United States District Judge

NOTES

[1] An acceleration damages clause is a provision affording a party the right to accelerate the payment date of a contract or instrument’s entire amount upon the occurrence of a specified event, such as termination or breach of the agreement. See 4B N.Y. Prac., Com. Litig. in New York State Courts § 75:48 (3d ed.).

[2] In a separate motion, Juch-Tech moves to strike certain statements in the affidavits of Stephen Chernow and Chris Nibecker, both of which were submitted by Intelsat Sales in support of its opposition to the summary judgment motion. See generally Def.’s Mot. Strike, ECF No. 74. First, because the Court does not rely on the Chernow affidavit to decide the summary judgment motion, Juch-Tech’s motion to strike is denied as moot on that issue. Second, Juch-Tech moves to strike only one sentence in the Nibecker affidavit: “The billing department of Intelsat Corporation was responsible for sending invoices to Juch-Tech under its agreements with Intelsat USA.” Def.’s Mem. Supp. Mot. Strike, ECF No. 74-1, at 6-7 (citing Nibecker Aff., ECF No. 75, at 1, ¶ 3). Juch-Tech provides no basis for disputing that this affirmation is based on Nibecker’s personal knowledge; indeed, given his position as Manager of Credit and Collections at Intelsat Corp., it appears obvious to the Court that Nibecker would personally know about the billing practices of his employer, including in regard to the NESA and the Service Orders. The affidavit therefore satisfies Rule 56, and Juch-Tech’s arguments about this being a statement by a lay person or lacking documentary support are without merit under the Federal Rules. See Fed. R. Civ. P. 56(c)(4) (“An affidavit or declaration used to support or oppose a motion [for summary judgment] must be made on personal knowledge, set out facts that would be admissible in evidence, and show that the affiant or declarant is competent to testify on the matters stated.”). Accordingly, the Court denies Juch-Tech’s motion to strike as to the Nibecker affidavit.

[3] In its amended complaint, Intelsat Sales alleges that Juch-Tech is liable for $30,456,390.50 in damages. See Amend. Compl., ECF No. 3, at ¶ 9.

[4] The NESA contains a choice-of-law provision selecting New York law, see NESA, ECF No. 68, Ex. 1 at § 16, and the parties do not dispute the applicability of New York contract law here.

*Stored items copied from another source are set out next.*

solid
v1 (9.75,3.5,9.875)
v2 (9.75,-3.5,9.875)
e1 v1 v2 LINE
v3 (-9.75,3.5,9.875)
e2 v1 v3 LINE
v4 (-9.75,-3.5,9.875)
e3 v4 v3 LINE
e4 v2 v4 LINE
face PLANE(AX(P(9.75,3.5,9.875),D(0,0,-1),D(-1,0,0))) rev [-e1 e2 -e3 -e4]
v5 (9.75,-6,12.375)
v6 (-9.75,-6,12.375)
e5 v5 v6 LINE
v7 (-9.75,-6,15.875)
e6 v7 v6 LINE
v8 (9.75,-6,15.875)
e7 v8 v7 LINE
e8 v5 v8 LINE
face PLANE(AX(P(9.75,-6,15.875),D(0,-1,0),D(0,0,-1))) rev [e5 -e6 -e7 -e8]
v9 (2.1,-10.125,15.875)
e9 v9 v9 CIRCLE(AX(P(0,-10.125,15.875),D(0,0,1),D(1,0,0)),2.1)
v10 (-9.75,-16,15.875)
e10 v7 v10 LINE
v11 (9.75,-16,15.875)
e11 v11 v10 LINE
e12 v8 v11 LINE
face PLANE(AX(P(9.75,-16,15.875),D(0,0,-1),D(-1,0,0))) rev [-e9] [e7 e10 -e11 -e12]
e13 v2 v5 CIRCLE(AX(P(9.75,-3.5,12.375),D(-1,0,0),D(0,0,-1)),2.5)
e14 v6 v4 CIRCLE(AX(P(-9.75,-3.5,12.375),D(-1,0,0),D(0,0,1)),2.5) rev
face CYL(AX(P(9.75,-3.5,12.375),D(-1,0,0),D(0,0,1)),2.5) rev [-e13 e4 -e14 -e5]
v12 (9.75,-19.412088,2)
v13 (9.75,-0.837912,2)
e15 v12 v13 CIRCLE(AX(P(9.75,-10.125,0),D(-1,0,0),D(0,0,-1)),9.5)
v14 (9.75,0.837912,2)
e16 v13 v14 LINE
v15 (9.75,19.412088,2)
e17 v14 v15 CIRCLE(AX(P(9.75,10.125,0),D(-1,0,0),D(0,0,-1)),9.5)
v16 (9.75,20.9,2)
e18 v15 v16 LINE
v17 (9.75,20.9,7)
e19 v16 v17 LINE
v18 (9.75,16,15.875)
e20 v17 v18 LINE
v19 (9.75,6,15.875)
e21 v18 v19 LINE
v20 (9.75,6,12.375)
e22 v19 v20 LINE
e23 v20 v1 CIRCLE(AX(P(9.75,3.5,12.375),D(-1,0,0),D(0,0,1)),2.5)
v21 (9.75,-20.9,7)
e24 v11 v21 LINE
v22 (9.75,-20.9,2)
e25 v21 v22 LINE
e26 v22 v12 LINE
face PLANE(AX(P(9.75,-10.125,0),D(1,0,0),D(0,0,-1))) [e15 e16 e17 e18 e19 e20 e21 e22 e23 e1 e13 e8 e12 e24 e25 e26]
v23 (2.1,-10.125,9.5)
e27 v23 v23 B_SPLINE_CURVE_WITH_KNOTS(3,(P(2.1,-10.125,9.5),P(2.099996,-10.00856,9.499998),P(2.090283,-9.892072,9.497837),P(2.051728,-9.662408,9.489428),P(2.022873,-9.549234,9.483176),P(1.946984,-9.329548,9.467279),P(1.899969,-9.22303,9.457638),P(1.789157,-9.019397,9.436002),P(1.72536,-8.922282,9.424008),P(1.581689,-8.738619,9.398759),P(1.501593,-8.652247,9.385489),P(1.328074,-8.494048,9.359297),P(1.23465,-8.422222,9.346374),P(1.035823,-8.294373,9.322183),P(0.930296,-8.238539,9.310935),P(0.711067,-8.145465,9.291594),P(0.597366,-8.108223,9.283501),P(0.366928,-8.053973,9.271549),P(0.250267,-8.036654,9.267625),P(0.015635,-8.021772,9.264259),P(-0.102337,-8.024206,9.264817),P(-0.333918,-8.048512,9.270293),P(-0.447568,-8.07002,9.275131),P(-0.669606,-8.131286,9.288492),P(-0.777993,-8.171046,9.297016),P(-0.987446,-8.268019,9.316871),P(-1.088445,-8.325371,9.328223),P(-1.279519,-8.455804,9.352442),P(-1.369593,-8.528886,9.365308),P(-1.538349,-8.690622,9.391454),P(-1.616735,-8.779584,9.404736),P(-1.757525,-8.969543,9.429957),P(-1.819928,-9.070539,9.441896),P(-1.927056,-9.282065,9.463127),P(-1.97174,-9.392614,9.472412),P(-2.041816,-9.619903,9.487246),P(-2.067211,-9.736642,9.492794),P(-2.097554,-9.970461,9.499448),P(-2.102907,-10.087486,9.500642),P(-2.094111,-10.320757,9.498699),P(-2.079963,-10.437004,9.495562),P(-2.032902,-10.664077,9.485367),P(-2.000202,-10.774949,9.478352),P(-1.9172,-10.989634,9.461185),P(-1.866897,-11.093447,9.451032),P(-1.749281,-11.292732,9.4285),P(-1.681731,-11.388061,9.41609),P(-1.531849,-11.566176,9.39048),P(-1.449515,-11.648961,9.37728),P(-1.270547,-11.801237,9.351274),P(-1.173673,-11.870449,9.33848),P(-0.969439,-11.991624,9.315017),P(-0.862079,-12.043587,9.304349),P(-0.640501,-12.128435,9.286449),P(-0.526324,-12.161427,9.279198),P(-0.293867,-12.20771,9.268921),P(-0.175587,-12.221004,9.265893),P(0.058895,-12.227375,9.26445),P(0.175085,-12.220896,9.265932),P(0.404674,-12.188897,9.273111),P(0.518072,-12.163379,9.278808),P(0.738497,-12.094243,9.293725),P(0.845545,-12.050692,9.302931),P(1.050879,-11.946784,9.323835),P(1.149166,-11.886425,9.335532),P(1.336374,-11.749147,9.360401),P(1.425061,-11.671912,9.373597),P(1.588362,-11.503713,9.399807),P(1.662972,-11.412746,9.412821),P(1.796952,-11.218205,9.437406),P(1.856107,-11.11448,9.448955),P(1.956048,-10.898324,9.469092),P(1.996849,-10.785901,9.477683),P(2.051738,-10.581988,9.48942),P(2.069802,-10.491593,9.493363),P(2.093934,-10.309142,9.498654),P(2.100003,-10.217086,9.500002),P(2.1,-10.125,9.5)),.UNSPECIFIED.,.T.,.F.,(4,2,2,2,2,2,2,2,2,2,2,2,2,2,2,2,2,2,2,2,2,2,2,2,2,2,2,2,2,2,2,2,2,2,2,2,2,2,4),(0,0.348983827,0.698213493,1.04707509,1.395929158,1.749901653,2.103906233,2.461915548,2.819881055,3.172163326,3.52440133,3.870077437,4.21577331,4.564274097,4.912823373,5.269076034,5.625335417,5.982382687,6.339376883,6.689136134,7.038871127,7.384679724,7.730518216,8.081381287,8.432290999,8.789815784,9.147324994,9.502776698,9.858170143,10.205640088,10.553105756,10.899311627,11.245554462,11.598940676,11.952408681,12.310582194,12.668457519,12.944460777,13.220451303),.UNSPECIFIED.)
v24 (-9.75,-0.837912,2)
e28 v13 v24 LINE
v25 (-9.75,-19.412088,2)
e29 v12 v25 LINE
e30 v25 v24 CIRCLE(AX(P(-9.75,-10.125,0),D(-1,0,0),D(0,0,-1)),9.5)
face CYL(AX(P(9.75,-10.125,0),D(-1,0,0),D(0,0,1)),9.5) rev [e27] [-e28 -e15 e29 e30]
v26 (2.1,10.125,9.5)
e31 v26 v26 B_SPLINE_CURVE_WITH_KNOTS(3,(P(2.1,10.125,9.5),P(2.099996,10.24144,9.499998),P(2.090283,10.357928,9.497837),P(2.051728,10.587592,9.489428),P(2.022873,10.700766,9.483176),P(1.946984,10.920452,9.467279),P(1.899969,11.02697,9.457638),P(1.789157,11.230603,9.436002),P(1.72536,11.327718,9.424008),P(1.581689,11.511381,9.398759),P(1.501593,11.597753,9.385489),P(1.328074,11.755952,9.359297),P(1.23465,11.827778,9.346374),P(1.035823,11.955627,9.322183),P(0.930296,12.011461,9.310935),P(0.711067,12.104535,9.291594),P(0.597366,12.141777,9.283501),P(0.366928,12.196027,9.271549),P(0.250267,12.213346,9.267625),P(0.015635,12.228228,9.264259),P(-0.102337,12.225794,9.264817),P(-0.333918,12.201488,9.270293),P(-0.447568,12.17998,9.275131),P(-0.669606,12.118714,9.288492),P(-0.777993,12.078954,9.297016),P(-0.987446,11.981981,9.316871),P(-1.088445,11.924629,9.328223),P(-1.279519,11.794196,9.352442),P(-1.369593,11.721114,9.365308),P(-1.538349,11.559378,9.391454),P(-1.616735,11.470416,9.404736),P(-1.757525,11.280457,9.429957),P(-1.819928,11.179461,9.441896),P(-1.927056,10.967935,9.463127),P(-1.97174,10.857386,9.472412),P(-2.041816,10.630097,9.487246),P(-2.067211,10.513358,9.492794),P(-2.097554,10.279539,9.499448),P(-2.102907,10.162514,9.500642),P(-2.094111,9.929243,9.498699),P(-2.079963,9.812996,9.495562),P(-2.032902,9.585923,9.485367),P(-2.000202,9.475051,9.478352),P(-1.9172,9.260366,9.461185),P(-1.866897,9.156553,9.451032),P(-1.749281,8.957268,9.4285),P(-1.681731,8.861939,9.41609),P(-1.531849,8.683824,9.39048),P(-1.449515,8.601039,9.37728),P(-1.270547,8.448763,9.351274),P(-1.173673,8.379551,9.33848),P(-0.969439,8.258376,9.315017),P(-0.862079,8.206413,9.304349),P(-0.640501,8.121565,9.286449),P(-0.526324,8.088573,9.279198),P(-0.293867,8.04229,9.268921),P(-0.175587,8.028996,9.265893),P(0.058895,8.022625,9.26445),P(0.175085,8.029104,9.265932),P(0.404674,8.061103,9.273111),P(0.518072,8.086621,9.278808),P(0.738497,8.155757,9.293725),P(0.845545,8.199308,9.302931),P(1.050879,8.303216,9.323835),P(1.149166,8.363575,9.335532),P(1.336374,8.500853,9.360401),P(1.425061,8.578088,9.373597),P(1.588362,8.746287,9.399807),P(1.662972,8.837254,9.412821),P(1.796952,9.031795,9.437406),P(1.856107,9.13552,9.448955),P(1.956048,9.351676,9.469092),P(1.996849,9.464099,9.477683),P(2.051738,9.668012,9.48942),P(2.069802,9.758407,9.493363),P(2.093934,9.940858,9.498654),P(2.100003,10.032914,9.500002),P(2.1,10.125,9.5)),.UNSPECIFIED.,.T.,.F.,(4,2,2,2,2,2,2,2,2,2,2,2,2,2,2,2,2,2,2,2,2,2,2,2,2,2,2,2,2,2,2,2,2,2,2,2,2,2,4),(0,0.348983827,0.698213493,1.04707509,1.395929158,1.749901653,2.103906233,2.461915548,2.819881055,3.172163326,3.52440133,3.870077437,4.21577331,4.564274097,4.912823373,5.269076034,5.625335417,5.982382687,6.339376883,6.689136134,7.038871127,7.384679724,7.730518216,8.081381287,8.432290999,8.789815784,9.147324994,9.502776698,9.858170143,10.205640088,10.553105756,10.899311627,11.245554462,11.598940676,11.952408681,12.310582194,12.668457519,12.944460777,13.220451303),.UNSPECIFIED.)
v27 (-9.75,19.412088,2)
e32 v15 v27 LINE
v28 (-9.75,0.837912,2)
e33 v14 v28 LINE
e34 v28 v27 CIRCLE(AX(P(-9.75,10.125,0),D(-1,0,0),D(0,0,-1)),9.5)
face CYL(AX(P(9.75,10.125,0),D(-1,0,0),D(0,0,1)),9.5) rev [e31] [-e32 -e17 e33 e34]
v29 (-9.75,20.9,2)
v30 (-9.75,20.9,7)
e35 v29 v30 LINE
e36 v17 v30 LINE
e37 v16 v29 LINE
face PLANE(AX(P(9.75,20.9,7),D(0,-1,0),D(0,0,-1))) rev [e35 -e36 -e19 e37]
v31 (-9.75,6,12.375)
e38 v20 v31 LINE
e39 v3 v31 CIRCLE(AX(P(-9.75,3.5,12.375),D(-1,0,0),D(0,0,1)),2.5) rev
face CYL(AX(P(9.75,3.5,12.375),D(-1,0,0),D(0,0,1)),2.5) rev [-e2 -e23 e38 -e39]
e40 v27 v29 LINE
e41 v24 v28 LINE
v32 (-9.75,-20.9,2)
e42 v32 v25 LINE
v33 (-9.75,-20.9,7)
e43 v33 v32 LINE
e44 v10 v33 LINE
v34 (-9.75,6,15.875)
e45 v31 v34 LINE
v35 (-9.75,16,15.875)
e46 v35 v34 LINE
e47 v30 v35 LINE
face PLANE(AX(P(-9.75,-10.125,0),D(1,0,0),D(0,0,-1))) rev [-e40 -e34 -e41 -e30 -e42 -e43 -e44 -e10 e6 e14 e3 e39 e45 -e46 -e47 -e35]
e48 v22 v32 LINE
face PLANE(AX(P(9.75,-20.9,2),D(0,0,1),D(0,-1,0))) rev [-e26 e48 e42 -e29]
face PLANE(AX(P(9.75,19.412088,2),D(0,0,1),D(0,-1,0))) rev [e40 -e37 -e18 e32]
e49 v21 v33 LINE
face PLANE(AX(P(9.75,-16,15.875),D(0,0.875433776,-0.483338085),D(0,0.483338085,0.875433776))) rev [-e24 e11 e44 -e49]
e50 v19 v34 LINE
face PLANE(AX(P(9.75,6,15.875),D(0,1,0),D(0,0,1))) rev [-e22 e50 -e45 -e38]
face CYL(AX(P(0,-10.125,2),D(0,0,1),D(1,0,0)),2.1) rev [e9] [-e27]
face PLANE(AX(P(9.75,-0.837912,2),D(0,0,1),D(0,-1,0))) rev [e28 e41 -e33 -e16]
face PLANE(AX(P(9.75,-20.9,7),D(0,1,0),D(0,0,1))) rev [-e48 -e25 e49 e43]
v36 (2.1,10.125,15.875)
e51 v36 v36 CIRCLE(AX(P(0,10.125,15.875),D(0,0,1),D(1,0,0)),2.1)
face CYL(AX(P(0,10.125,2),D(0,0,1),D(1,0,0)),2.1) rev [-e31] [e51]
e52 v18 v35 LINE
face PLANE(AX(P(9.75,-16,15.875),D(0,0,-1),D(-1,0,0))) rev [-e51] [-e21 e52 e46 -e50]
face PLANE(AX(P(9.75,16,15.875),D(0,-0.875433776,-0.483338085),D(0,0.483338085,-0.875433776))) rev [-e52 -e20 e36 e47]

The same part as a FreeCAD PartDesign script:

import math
import FreeCAD as App
import Part
import Sketcher

V = App.Vector

doc = App.newDocument("Part")
body = doc.addObject("PartDesign::Body", "Body")

# Sketch on YZ plane
sketch1 = body.newObject("Sketcher::SketchObject", "Sketch")
sketch1.AttachmentSupport = (doc.getObject("YZ_Plane"), [""])
sketch1.MapMode = "FlatFace"
sketch1.addGeometry([
    Part.LineSegment(V(16, 15.9, 0), V(-16, 15.9, 0)),  # 0
    Part.LineSegment(V(-16, 15.9, 0), V(-20.9, 7, 0)),  # 1
    Part.LineSegment(V(-20.9, 7, 0), V(-20.9, 2, 0)),  # 2
    Part.LineSegment(V(-20.9, 2, 0), V(-19.4, 2, 0)),  # 3
    Part.ArcOfCircle(Part.Circle(V(-10.1, 0, 0), V(0, 0, 1), 9.5), math.radians(12), math.radians(168)),  # 4
    Part.LineSegment(V(-0.8, 2, 0), V(0.8, 2, 0)),  # 5
    Part.ArcOfCircle(Part.Circle(V(10.1, 0, 0), V(0, 0, 1), 9.5), math.radians(12), math.radians(168)),  # 6
    Part.LineSegment(V(19.4, 2, 0), V(20.9, 2, 0)),  # 7
    Part.LineSegment(V(20.9, 2, 0), V(20.9, 7, 0)),  # 8
    Part.LineSegment(V(20.9, 7, 0), V(16, 15.9, 0)),  # 9
], False)
sketch1.addConstraint([
    Sketcher.Constraint("Coincident", 0, 2, 1, 1),
    Sketcher.Constraint("Coincident", 1, 2, 2, 1),
    Sketcher.Constraint("Coincident", 2, 2, 3, 1),
    Sketcher.Constraint("Coincident", 3, 2, 4, 2),
    Sketcher.Constraint("Coincident", 4, 1, 5, 1),
    Sketcher.Constraint("Coincident", 5, 2, 6, 2),
    Sketcher.Constraint("Coincident", 6, 1, 7, 1),
    Sketcher.Constraint("Coincident", 7, 2, 8, 1),
    Sketcher.Constraint("Coincident", 8, 2, 9, 1),
    Sketcher.Constraint("Coincident", 9, 2, 0, 1),
    Sketcher.Constraint("Horizontal", 0),
    Sketcher.Constraint("Vertical", 2),
    Sketcher.Constraint("Horizontal", 3),
    Sketcher.Constraint("Horizontal", 5),
    Sketcher.Constraint("Horizontal", 7),
    Sketcher.Constraint("Vertical", 8),
    Sketcher.Constraint("Equal", 4, 6),
    Sketcher.Constraint("Symmetric", 4, 3, 6, 3, -1, 1),
    Sketcher.Constraint("Symmetric", 3, 2, 6, 1, -2),
    Sketcher.Constraint("Symmetric", 1, 2, 8, 2, -2),
    Sketcher.Constraint("Horizontal", 3, 2, 4, 1),
    Sketcher.Constraint("Equal", 1, 9),
    Sketcher.Constraint("Radius", 4, 9.5),
    Sketcher.Constraint("DistanceX", 0, 2, 0, 1, 32.0),
    Sketcher.Constraint("DistanceY", 2, 2, 2, 1, 5.0),
    Sketcher.Constraint("DistanceY", -1, 1, 1, 2, 7.0),
    Sketcher.Constraint("DistanceX", 1, 2, -1, 1, 20.9),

[5] For example, the letter states: “This serves as formal notice that unless Intelsat [ i . e ., Intelsat Corp.] receives payment of the Outstanding Balance of US$2,419,865.00 within 15 days from the date of this letter, Intelsat [ i . e ., Intelsat Corp.] may, in accordance with Article 8.1 of the Non-Exclusive Agreement, terminate your Services without further notice.” Nibecker Letter, ECF No. 75, at 4.

[6] Under New York law, strict compliance with written notice provisions is required for public contracts, with limited exceptions. See Honeywell, Inc. v. J.P. Maguire Co., Inc. , No. 93CIV.5253, 1999 WL 102762, at *23 (S.D.N.Y. Feb. 24, 1999) (applying New York law and citing cases). But because the contract at issue in this action is a commercial agreement between two sophisticated, private parties, the rigid rule Juch-Tech incorrectly argues for clearly does not apply. The Court also feels compelled to note that Juch-Tech failed to cite a single New York contract case in its memorandum in support of the motion for partial summary judgment, thereby leaving to Intelsat Sales and the Court the responsibility for sorting out the relevant legal standards.

[7] Because the Court denies summary judgment on Juch-Tech’s argument that the Nibecker letter constituted inadequate notice under the NESA, the Court need not address Intelsat Sales’s arguments about whether Juch-Tech waived its right to challenge the sufficiency of notice by not objecting promptly, or whether Intelsat Corp. was properly authorized to issue the notice as Intelsat Sales’s agent. Further, the Court does not, and need not, decide at this time whether the contract acceleration damages clause is enforceable as a liquidated damages provision. Finally, the parties are reminded that leave is required before filing briefs that do not comply with the Federal Rules of Civil Procedure and the Local Rules of this Court.